Supplied material:
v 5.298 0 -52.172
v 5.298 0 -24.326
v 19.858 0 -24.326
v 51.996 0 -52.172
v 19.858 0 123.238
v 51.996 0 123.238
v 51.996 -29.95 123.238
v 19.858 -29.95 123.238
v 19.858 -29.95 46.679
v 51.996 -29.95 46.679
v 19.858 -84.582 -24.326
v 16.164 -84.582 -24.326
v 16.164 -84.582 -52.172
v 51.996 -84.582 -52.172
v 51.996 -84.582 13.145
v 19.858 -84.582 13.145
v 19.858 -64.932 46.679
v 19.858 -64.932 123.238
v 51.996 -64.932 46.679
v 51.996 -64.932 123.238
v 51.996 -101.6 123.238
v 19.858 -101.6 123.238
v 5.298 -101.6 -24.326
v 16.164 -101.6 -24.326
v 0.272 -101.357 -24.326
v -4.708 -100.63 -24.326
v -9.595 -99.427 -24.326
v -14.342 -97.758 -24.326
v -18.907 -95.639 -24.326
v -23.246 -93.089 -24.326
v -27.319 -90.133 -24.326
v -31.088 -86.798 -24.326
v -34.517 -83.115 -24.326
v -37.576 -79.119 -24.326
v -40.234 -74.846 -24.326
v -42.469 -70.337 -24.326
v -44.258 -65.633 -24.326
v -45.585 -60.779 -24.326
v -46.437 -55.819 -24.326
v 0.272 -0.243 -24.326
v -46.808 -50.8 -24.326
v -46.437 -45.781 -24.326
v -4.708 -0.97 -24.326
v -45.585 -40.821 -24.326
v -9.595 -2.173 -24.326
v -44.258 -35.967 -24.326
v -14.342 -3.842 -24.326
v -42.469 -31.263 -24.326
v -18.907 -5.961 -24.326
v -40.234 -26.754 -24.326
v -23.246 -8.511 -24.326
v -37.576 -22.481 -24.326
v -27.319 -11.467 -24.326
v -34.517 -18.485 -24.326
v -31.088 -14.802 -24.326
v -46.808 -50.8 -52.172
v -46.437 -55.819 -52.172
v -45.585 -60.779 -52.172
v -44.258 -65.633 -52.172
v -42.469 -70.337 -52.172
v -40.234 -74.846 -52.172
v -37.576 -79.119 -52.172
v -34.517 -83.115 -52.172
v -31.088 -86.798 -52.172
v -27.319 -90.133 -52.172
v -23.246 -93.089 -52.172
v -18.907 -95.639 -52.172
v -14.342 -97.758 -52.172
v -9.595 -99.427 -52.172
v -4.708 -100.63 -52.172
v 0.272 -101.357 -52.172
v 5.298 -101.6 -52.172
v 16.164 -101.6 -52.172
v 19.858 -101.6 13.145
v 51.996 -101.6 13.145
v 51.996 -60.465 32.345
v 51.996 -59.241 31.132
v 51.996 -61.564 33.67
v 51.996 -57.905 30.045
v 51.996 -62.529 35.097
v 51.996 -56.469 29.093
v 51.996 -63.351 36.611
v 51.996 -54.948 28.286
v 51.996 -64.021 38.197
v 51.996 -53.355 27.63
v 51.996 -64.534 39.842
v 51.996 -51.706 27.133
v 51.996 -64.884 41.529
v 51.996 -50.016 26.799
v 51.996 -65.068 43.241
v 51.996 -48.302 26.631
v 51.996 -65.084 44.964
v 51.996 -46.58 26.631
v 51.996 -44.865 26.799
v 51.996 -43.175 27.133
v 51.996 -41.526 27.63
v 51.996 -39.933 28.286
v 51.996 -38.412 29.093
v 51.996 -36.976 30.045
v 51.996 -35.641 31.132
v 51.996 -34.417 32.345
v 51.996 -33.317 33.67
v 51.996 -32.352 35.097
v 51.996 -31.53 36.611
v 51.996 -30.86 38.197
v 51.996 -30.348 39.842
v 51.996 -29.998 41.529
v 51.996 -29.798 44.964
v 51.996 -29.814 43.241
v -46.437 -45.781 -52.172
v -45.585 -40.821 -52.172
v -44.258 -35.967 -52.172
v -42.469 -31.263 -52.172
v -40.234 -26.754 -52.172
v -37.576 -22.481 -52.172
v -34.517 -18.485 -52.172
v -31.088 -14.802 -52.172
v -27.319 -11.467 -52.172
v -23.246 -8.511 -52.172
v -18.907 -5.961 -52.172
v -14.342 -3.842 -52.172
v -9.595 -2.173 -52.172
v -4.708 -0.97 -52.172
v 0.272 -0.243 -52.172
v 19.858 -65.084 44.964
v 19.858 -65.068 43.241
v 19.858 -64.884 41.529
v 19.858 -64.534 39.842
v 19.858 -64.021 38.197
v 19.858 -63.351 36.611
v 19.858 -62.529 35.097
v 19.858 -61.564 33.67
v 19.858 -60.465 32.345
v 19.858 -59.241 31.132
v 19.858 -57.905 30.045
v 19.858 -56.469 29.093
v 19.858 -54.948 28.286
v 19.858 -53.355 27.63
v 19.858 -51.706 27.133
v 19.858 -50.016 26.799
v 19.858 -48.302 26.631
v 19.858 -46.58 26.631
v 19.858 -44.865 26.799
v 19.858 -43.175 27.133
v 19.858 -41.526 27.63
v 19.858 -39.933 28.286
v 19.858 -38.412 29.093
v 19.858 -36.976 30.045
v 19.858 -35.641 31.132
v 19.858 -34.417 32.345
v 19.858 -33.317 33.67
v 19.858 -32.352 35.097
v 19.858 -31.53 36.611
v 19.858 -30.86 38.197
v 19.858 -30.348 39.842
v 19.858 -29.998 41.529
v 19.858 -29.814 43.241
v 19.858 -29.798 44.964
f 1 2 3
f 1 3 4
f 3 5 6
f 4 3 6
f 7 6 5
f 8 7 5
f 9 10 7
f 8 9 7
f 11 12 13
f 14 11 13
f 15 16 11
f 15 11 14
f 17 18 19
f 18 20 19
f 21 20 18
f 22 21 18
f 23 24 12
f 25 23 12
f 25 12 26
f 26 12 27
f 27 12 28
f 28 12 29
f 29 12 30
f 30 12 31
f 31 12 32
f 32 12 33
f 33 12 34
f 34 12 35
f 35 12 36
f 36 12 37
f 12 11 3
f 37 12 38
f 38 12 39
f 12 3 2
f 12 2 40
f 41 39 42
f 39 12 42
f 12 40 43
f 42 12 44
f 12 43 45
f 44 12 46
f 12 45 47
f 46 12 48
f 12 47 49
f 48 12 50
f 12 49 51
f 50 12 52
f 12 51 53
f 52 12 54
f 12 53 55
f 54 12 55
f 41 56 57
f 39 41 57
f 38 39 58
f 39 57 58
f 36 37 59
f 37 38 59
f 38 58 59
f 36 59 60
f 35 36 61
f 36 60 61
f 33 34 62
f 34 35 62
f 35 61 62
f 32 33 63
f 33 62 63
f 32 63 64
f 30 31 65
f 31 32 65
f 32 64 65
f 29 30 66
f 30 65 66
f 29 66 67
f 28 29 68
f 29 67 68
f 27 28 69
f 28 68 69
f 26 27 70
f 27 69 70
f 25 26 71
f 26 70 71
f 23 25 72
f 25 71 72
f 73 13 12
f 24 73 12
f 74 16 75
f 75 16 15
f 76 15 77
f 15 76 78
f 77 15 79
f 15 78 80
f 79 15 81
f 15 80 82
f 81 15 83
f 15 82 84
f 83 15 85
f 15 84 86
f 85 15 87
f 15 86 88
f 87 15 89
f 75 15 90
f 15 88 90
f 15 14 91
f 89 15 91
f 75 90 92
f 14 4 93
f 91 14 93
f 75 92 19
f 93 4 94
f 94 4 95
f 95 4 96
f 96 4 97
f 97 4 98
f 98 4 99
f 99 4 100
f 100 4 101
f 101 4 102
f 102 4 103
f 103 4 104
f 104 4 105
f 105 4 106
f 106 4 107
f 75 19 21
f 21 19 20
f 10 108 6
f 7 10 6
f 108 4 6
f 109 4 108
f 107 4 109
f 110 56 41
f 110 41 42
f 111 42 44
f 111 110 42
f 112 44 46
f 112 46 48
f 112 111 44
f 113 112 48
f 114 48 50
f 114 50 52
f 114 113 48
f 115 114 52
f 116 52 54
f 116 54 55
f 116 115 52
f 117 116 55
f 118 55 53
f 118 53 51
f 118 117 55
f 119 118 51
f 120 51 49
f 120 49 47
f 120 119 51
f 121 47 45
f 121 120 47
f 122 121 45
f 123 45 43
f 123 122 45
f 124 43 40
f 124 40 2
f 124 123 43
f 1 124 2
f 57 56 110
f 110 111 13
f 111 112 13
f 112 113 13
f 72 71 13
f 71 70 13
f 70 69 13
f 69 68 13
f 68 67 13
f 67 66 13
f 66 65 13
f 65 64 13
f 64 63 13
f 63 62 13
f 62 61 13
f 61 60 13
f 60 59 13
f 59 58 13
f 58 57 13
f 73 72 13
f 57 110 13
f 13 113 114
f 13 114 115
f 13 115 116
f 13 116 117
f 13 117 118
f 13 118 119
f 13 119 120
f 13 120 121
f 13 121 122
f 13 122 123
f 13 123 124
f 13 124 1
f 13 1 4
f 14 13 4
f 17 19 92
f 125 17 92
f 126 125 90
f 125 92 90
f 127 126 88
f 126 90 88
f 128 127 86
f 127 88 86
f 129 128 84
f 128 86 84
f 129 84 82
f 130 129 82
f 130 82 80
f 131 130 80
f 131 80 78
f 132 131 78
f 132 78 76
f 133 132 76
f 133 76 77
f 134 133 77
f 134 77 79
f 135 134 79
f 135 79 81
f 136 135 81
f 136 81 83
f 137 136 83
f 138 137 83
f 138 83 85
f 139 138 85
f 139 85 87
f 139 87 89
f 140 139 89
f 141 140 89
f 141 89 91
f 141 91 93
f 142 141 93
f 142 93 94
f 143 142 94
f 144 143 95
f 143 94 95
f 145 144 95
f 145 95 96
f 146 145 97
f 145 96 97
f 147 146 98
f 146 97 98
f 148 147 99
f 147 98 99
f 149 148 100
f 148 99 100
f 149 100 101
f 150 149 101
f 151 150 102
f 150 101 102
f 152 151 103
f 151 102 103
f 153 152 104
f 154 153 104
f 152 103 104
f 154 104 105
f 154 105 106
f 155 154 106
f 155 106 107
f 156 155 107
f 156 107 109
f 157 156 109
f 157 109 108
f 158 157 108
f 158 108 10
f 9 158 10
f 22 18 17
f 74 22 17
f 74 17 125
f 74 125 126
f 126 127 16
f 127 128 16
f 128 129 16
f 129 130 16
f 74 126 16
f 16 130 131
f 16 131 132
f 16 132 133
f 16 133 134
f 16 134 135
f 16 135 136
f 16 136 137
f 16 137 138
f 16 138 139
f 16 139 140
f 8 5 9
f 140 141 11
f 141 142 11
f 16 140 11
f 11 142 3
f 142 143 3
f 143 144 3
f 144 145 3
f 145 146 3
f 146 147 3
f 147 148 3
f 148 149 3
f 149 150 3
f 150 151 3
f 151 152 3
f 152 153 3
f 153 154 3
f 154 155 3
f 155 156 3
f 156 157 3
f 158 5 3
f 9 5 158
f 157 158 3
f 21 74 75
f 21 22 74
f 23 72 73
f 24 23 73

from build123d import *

# Parameters (mm, degrees)
F1_DEPTH    = 101.6
F2_T1_DEPTH = 288.460768654
F4_START    = 84.582
F3_W        = 46.8034986407
F3_H        = 78.1666617841
F4_DEPTH    = 39.37
F6_DEPTH    = 76.2


# Not quite as in the source:
# - a fillet or chamfer that OpenCascade refuses, or shapes differently, is made with other operations: its cross-section is extruded or revolved along the edge and cut away or added


with BuildPart() as f1:
    # F0 (on Front) → F1 (new body)
    with BuildSketch(Plane.XZ):
        Polygon((-46.8246676028, -52.1724224091), (51.9963987172, -52.1724224091), (51.9963987172, 123.2375688851), (19.8580101132, 123.2375688851), (19.8580101132, -24.3260078132), (-46.8246676028, -24.3260078132), align=None)
    extrude(amount=F1_DEPTH)

    # F2: fillet of radius 52.1228708116 on 2 edges, made by hand

    # F2_s2 → F2_t1 (cut)
    with BuildSketch(Plane.XY.offset(-182.4795994381)):
        with BuildLine():
            ThreePointArc((-46.8246676028, -52.1228708116), (-31.558232197, -15.2664354058), (5.2982032089, 0))
            Line((5.2982032089, 0), (-46.8246676028, 0))
            Line((-46.8246676028, 0), (-46.8246676028, -52.1228708116))
        make_face()
        with BuildLine():
            ThreePointArc((-46.8246676028, -49.4771291884), (-31.558232197, -86.3335645942), (5.2982032089, -101.6))
            Line((5.2982032089, -101.6), (-46.8246676028, -101.6))
            Line((-46.8246676028, -101.6), (-46.8246676028, -49.4771291884))
        make_face()
    extrude(amount=F2_T1_DEPTH, mode=Mode.SUBTRACT)

    # F3 (on Front) → F4 (cut)
    with BuildSketch(Plane.XZ.offset(F4_START)):
        with Locations((39.5658416674, -25.9385192767)):
            Rectangle(F3_W, F3_H)
    extrude(amount=F4_DEPTH, mode=Mode.SUBTRACT)

    # F5 (on Right) → F6 (cut, symmetric)
    with BuildSketch(Plane.YZ):
        with BuildLine():
            Line((-29.9497395754, 125.8109509945), (-64.9317279458, 125.8109509945))
            Line((-64.9317279458, 125.8109509945), (-64.9317279458, 46.6792732477))
            ThreePointArc((-64.9317279458, 46.6792732477), (-47.4407337606, 61.9233160809), (-29.9497395754, 46.6792732477))
            Line((-29.9497395754, 46.6792732477), (-29.9497395754, 125.8109509945))
        make_face()
        with BuildLine():
            ThreePointArc((-29.9497395754, 46.6792732477), (-47.4407337606, 61.9233160809), (-64.9317279458, 46.6792732477))
            ThreePointArc((-64.9317279458, 46.6792732477), (-48.6498471956, 26.6515784611), (-29.7841407761, 44.2667230964))
            ThreePointArc((-29.7841407761, 44.2667230964), (-29.8255891253, 45.4758365314), (-29.9497395754, 46.6792732477))
        make_face()
    extrude(amount=F6_DEPTH, both=True, mode=Mode.SUBTRACT)


solid = f1.part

What this task involves: Reproduce word for word the material above, starting with the line that has "v -14.342 -97.758 -24.326" and stopping after the line that has "v 16.164 -101.6 -52.172".

Answer:
v -14.342 -97.758 -24.326
v -18.907 -95.639 -24.326
v -23.246 -93.089 -24.326
v -27.319 -90.133 -24.326
v -31.088 -86.798 -24.326
v -34.517 -83.115 -24.326
v -37.576 -79.119 -24.326
v -40.234 -74.846 -24.326
v -42.469 -70.337 -24.326
v -44.258 -65.633 -24.326
v -45.585 -60.779 -24.326
v -46.437 -55.819 -24.326
v 0.272 -0.243 -24.326
v -46.808 -50.8 -24.326
v -46.437 -45.781 -24.326
v -4.708 -0.97 -24.326
v -45.585 -40.821 -24.326
v -9.595 -2.173 -24.326
v -44.258 -35.967 -24.326
v -14.342 -3.842 -24.326
v -42.469 -31.263 -24.326
v -18.907 -5.961 -24.326
v -40.234 -26.754 -24.326
v -23.246 -8.511 -24.326
v -37.576 -22.481 -24.326
v -27.319 -11.467 -24.326
v -34.517 -18.485 -24.326
v -31.088 -14.802 -24.326
v -46.808 -50.8 -52.172
v -46.437 -55.819 -52.172
v -45.585 -60.779 -52.172
v -44.258 -65.633 -52.172
v -42.469 -70.337 -52.172
v -40.234 -74.846 -52.172
v -37.576 -79.119 -52.172
v -34.517 -83.115 -52.172
v -31.088 -86.798 -52.172
v -27.319 -90.133 -52.172
v -23.246 -93.089 -52.172
v -18.907 -95.639 -52.172
v -14.342 -97.758 -52.172
v -9.595 -99.427 -52.172
v -4.708 -100.63 -52.172
v 0.272 -101.357 -52.172
v 5.298 -101.6 -52.172
v 16.164 -101.6 -52.172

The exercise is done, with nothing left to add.